Prachi Gupta’s family embodied the American Dream: a doctor father and a nurturing mother who raised two high-achieving children with one foot in the Indian American community, the other in Pennsylvania’s white suburbia. But their belonging was predicated on a powerful myth: that Asian Americans have perfected the alchemy of middle-class life, raising tight-knit, ambitious families that are immune to hardship. Molding oneself to fit this perfect image often comes at a steep but hidden cost. In They Called Us Exceptional, Gupta articulates the dissonance, shame, and isolation of being upheld as an American success story while privately navigating traumas invisible to the outside world.

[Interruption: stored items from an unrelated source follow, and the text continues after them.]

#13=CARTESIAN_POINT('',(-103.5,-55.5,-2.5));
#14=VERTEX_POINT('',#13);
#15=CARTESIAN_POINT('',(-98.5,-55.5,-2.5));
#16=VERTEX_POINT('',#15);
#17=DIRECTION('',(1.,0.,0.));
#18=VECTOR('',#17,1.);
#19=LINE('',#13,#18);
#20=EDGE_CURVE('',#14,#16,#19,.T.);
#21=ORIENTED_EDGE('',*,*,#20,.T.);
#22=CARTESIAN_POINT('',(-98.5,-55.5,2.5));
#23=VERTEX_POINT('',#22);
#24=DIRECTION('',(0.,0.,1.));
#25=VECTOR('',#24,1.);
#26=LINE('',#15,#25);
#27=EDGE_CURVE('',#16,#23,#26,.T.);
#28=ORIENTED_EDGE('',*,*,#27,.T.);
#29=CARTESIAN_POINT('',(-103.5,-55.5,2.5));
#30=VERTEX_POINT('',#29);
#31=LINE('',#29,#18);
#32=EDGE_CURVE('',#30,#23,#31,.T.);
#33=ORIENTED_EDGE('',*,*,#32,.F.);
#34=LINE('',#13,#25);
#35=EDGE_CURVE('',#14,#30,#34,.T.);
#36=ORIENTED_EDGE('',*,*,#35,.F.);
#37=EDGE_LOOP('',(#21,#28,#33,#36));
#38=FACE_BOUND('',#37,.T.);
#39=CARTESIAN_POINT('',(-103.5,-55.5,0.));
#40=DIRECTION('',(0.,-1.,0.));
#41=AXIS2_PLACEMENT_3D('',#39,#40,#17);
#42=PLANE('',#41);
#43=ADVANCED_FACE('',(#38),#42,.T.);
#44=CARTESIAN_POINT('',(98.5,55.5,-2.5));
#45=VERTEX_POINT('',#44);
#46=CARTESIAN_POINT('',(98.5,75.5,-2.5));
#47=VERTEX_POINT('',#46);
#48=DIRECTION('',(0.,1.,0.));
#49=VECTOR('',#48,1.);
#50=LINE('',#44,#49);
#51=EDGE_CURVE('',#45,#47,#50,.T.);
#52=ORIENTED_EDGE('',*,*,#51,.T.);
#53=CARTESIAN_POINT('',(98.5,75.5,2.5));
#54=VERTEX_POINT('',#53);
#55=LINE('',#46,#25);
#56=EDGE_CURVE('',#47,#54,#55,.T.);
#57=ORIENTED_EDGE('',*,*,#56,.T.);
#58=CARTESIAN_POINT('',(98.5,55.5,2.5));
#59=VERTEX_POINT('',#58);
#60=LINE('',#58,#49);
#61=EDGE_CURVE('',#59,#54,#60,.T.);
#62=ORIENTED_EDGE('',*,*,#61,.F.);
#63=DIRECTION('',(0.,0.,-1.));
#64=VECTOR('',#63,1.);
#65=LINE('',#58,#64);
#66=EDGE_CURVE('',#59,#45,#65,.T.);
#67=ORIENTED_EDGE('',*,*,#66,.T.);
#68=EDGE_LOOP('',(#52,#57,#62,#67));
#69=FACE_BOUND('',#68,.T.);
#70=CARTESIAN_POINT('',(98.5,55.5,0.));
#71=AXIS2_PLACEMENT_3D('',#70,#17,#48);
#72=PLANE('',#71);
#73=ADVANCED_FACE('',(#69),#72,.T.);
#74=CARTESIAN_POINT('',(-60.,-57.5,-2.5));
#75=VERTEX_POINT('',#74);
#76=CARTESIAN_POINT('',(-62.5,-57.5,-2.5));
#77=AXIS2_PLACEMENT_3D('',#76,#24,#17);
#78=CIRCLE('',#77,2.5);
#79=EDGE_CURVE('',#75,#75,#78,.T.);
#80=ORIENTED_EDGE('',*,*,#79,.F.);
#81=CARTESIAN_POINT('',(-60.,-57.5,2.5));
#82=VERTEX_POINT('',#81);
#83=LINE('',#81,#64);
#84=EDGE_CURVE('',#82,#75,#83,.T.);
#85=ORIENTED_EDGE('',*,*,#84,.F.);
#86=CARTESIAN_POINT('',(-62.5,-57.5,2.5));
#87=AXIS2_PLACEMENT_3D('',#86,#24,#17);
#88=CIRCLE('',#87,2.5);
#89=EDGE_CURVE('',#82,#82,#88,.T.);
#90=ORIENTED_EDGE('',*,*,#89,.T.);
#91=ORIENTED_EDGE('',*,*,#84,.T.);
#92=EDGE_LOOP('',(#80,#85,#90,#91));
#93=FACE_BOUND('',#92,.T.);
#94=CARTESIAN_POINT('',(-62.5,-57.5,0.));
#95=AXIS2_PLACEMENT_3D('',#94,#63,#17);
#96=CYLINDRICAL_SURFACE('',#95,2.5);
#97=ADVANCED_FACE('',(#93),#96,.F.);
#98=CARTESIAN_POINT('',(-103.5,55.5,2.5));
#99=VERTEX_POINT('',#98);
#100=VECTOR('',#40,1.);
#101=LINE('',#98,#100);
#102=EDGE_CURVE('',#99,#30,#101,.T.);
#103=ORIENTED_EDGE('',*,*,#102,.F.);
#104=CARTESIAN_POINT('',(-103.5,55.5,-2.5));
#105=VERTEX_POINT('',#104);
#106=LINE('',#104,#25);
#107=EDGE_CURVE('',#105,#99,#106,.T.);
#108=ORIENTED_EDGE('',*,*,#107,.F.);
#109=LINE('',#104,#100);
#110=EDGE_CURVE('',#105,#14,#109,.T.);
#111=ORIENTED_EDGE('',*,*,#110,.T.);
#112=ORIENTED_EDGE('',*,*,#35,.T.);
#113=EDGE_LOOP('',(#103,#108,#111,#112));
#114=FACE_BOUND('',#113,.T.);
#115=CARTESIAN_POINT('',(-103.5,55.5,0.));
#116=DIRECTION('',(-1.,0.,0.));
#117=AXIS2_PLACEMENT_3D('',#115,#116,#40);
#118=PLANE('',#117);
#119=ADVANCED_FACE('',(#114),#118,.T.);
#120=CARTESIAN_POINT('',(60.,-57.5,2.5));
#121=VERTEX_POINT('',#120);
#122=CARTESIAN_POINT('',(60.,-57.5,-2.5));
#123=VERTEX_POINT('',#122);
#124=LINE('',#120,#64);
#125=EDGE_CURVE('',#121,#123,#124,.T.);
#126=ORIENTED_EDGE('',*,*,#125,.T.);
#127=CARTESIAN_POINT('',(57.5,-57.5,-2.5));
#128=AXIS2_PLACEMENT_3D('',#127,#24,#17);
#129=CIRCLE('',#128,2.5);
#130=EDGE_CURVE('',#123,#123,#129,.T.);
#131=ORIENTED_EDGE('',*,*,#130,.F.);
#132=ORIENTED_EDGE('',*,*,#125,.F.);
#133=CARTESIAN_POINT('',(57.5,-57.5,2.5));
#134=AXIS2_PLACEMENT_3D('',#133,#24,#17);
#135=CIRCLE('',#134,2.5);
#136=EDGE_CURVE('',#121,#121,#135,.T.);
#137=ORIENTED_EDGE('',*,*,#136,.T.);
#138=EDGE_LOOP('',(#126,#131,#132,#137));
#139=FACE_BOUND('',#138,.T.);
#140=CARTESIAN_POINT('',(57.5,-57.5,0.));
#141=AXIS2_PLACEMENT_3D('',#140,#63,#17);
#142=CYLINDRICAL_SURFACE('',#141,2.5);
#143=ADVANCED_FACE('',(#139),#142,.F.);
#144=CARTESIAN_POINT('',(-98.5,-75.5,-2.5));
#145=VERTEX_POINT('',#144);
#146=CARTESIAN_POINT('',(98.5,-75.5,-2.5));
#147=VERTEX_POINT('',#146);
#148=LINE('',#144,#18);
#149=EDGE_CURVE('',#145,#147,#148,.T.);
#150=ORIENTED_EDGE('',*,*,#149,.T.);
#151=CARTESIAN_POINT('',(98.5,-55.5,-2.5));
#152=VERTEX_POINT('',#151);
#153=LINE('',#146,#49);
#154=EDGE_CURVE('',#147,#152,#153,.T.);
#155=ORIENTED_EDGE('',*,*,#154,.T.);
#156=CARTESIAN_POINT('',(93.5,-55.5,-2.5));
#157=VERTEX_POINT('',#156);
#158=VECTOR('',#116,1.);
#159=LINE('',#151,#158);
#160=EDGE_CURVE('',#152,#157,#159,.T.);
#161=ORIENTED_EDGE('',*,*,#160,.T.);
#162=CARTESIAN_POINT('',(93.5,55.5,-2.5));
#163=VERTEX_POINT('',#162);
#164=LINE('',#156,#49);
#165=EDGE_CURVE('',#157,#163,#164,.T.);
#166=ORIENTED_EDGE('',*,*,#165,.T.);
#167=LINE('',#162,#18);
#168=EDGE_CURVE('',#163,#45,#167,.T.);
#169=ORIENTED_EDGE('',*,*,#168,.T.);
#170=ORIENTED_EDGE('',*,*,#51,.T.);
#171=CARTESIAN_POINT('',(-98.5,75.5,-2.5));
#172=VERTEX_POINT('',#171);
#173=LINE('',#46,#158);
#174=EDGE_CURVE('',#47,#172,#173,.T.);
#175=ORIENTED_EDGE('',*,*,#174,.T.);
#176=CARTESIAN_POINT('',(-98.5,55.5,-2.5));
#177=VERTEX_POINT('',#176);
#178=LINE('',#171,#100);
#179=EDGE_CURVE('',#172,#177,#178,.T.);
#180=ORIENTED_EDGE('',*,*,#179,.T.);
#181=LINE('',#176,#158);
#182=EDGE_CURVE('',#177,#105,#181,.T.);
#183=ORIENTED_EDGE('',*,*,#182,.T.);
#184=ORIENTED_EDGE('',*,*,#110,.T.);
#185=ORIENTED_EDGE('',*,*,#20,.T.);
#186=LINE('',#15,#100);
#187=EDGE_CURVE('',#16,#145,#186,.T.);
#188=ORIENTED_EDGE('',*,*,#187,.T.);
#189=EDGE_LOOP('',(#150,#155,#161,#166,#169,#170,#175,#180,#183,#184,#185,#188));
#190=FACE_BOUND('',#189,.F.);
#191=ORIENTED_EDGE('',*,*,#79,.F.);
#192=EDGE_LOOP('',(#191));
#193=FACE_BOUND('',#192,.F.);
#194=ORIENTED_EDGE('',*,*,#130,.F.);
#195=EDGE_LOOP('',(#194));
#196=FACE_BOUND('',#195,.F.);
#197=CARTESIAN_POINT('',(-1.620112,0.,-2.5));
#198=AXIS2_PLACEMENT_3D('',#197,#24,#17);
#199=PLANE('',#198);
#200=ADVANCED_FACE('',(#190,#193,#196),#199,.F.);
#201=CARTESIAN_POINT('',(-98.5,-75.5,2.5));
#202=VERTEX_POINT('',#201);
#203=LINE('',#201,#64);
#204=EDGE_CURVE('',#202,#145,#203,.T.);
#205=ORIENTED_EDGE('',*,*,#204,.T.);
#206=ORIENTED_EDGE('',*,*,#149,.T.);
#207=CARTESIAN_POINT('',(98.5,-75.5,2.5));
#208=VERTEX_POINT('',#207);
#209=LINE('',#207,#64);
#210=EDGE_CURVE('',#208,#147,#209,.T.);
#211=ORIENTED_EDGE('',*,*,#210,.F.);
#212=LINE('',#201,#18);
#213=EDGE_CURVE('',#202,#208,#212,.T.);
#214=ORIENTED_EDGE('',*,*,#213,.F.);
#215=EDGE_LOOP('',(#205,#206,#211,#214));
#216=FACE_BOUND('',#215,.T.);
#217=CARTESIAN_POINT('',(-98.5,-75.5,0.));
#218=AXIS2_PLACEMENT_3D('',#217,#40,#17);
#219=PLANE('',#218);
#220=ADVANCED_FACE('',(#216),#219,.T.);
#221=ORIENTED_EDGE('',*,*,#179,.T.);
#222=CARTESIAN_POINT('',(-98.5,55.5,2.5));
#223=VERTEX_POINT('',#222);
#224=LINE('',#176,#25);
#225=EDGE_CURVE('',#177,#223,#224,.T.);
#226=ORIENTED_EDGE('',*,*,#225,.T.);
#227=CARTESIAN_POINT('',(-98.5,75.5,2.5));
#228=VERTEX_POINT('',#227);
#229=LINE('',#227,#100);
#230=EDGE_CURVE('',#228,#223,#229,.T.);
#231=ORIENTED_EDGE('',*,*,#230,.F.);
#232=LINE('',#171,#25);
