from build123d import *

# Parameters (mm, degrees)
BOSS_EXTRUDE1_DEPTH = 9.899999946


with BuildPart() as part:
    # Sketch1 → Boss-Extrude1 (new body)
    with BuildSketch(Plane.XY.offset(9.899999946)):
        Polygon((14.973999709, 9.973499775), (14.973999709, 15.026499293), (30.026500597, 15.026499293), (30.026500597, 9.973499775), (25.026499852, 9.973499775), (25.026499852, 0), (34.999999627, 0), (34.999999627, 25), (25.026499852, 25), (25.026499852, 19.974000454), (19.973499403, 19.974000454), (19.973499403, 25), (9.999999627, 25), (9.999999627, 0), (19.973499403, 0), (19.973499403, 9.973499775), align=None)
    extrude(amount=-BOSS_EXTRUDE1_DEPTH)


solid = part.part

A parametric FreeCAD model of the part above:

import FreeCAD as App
import Part
import Sketcher
from FreeCAD import Vector

doc = App.newDocument("Part")
body = doc.addObject("PartDesign::Body", "Body")

# Sketch on XY plane
sketch1 = body.newObject("Sketcher::SketchObject", "Sketch")
sketch1.AttachmentSupport = (doc.getObject("XY_Plane"), [""])
sketch1.MapMode = "FlatFace"
sketch1.AttachmentOffset = App.Placement(Vector(0, 0, 9.9), App.Rotation())
sketch1.addGeometry([
    Part.LineSegment(Vector(15, 10, 0), Vector(15, 15, 0)),  # 0
    Part.LineSegment(Vector(15, 15, 0), Vector(30, 15, 0)),  # 1
    Part.LineSegment(Vector(30, 15, 0), Vector(30, 10, 0)),  # 2
    Part.LineSegment(Vector(30, 10, 0), Vector(25, 10, 0)),  # 3
    Part.LineSegment(Vector(25, 10, 0), Vector(25, 0, 0)),  # 4
    Part.LineSegment(Vector(25, 0, 0), Vector(35, 0, 0)),  # 5
    Part.LineSegment(Vector(35, 0, 0), Vector(35, 25, 0)),  # 6
    Part.LineSegment(Vector(35, 25, 0), Vector(25, 25, 0)),  # 7
    Part.LineSegment(Vector(25, 25, 0), Vector(25, 20, 0)),  # 8
    Part.LineSegment(Vector(25, 20, 0), Vector(20, 20, 0)),  # 9
    Part.LineSegment(Vector(20, 20, 0), Vector(20, 25, 0)),  # 10
    Part.LineSegment(Vector(20, 25, 0), Vector(10, 25, 0)),  # 11
    Part.LineSegment(Vector(10, 25, 0), Vector(10, 0, 0)),  # 12
    Part.LineSegment(Vector(10, 0, 0), Vector(20, 0, 0)),  # 13
    Part.LineSegment(Vector(20, 0, 0), Vector(20, 10, 0)),  # 14
    Part.LineSegment(Vector(20, 10, 0), Vector(15, 10, 0)),  # 15
], False)
sketch1.addConstraint([
    Sketcher.Constraint("Coincident", 0, 2, 1, 1),
    Sketcher.Constraint("Coincident", 1, 2, 2, 1),
    Sketcher.Constraint("Coincident", 2, 2, 3, 1),
    Sketcher.Constraint("Coincident", 3, 2, 4, 1),
    Sketcher.Constraint("Coincident", 4, 2, 5, 1),
    Sketcher.Constraint("Coincident", 5, 2, 6, 1),
    Sketcher.Constraint("Coincident", 6, 2, 7, 1),
    Sketcher.Constraint("Coincident", 7, 2, 8, 1),
    Sketcher.Constraint("Coincident", 8, 2, 9, 1),
    Sketcher.Constraint("Coincident", 9, 2, 10, 1),
    Sketcher.Constraint("Coincident", 10, 2, 11, 1),
    Sketcher.Constraint("Coincident", 11, 2, 12, 1),
    Sketcher.Constraint("Coincident", 12, 2, 13, 1),
    Sketcher.Constraint("Coincident", 13, 2, 14, 1),
    Sketcher.Constraint("Coincident", 14, 2, 15, 1),
    Sketcher.Constraint("Coincident", 15, 2, 0, 1),
    Sketcher.Constraint("Vertical", 0),
    Sketcher.Constraint("Horizontal", 1),
    Sketcher.Constraint("Vertical", 2),
    Sketcher.Constraint("Horizontal", 3),
    Sketcher.Constraint("Vertical", 4),
    Sketcher.Constraint("Horizontal", 5),
    Sketcher.Constraint("Vertical", 6),
    Sketcher.Constraint("Horizontal", 7),
    Sketcher.Constraint("Vertical", 8),
    Sketcher.Constraint("Horizontal", 9),
    Sketcher.Constraint("Vertical", 10),
    Sketcher.Constraint("Horizontal", 11),
    Sketcher.Constraint("Vertical", 12),
    Sketcher.Constraint("Horizontal", 13),
    Sketcher.Constraint("Vertical", 14),
    Sketcher.Constraint("Horizontal", 15),
    Sketcher.Constraint("PointOnObject", 4, 2, -1),
    Sketcher.Constraint("PointOnObject", 12, 2, -1),
    Sketcher.Constraint("Horizontal", 7, 2, 10, 2),
    Sketcher.Constraint("Horizontal", 3, 2, 14, 2),
    Sketcher.Constraint("Vertical", 4, 2, 7, 2),
    Sketcher.Constraint("Vertical", 10, 2, 13, 2),
    Sketcher.Constraint("Equal", 7, 11),
    Sketcher.Constraint("Equal", 9, 0),
    Sketcher.Constraint("Equal", 13, 4),
    Sketcher.Constraint("DistanceX", 3, 2, 3, 1, 5.000001),
    Sketcher.Constraint("DistanceY", 6, 1, 6, 2, 25.0),
    Sketcher.Constraint("DistanceX", -1, 1, 5, 2, 35.0),
    Sketcher.Constraint("DistanceX", -1, 1, 11, 2, 10.0),
    Sketcher.Constraint("DistanceX", 9, 2, 9, 1, 5.053),
    Sketcher.Constraint("DistanceY", 8, 2, 8, 1, 5.026),
    Sketcher.Constraint("DistanceX", 1, 1, 1, 2, 15.052501),
])
pad1 = body.newObject("PartDesign::Pad", "Pad")
pad1.Profile = sketch1
pad1.Length = 9.9
pad1.Reversed = True

doc.recompute()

Gupta addresses her mother throughout the book, weaving a deeply vulnerable personal narrative with history, postcolonial theory, and research on mental health, to show how she slowly made sense of her reality and freed herself emotionally and physically from the pervasive, reductive myth that had once defined her. But, tragically, the act that liberated Gupta was also the act that distanced her from those she loved most. By charting her family’s slow unraveling and her determination to break the cycle, Gupta shows how traditional notions of success keep us disconnected from ourselves and one another—and passionately argues why we must orient ourselves toward compassion over belonging.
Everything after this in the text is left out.